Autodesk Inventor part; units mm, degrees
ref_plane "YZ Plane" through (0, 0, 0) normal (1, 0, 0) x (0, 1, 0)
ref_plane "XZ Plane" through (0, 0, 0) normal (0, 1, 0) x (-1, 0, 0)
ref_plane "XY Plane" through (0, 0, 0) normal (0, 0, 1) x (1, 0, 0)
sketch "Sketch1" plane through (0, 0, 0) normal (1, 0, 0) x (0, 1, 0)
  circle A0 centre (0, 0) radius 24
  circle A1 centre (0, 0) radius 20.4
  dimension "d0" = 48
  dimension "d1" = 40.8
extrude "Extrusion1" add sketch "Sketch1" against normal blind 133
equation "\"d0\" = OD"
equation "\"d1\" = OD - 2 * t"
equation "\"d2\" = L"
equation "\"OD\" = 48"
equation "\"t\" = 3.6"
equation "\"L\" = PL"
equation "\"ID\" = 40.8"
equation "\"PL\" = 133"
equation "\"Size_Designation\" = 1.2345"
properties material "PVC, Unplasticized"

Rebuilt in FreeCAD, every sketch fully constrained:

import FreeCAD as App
import Part
import Sketcher
from FreeCAD import Vector

doc = App.newDocument("Part")
body = doc.addObject("PartDesign::Body", "Body")

# Sketch on YZ plane
sketch1 = doc.addObject("Sketcher::SketchObject", "Sketch")
body.addObject(sketch1)
sketch1.AttachmentSupport = (doc.YZ_Plane, [""])
sketch1.MapMode = "FlatFace"
sketch1.addGeometry(Part.Circle(Vector(0, 0, 0), Vector(0, 0, 1), 24), False)
sketch1.addGeometry(Part.Circle(Vector(0, 0, 0), Vector(0, 0, 1), 20), False)
sketch1.addConstraint(Sketcher.Constraint("Coincident", 0, 3, -1, 1))
sketch1.addConstraint(Sketcher.Constraint("Coincident", 1, 3, -1, 1))
sketch1.addConstraint(Sketcher.Constraint("Diameter", 0, 48.0))
sketch1.addConstraint(Sketcher.Constraint("Diameter", 1, 40.8))
pad1 = doc.addObject("PartDesign::Pad", "Pad")
body.addObject(pad1)
pad1.Profile = sketch1
pad1.Length = 133
pad1.Reversed = True

doc.recompute()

◆ Exercise requirements: A single number is the expected reply: the number of lines in the listing that contain the string "through".

◆ Response below: 4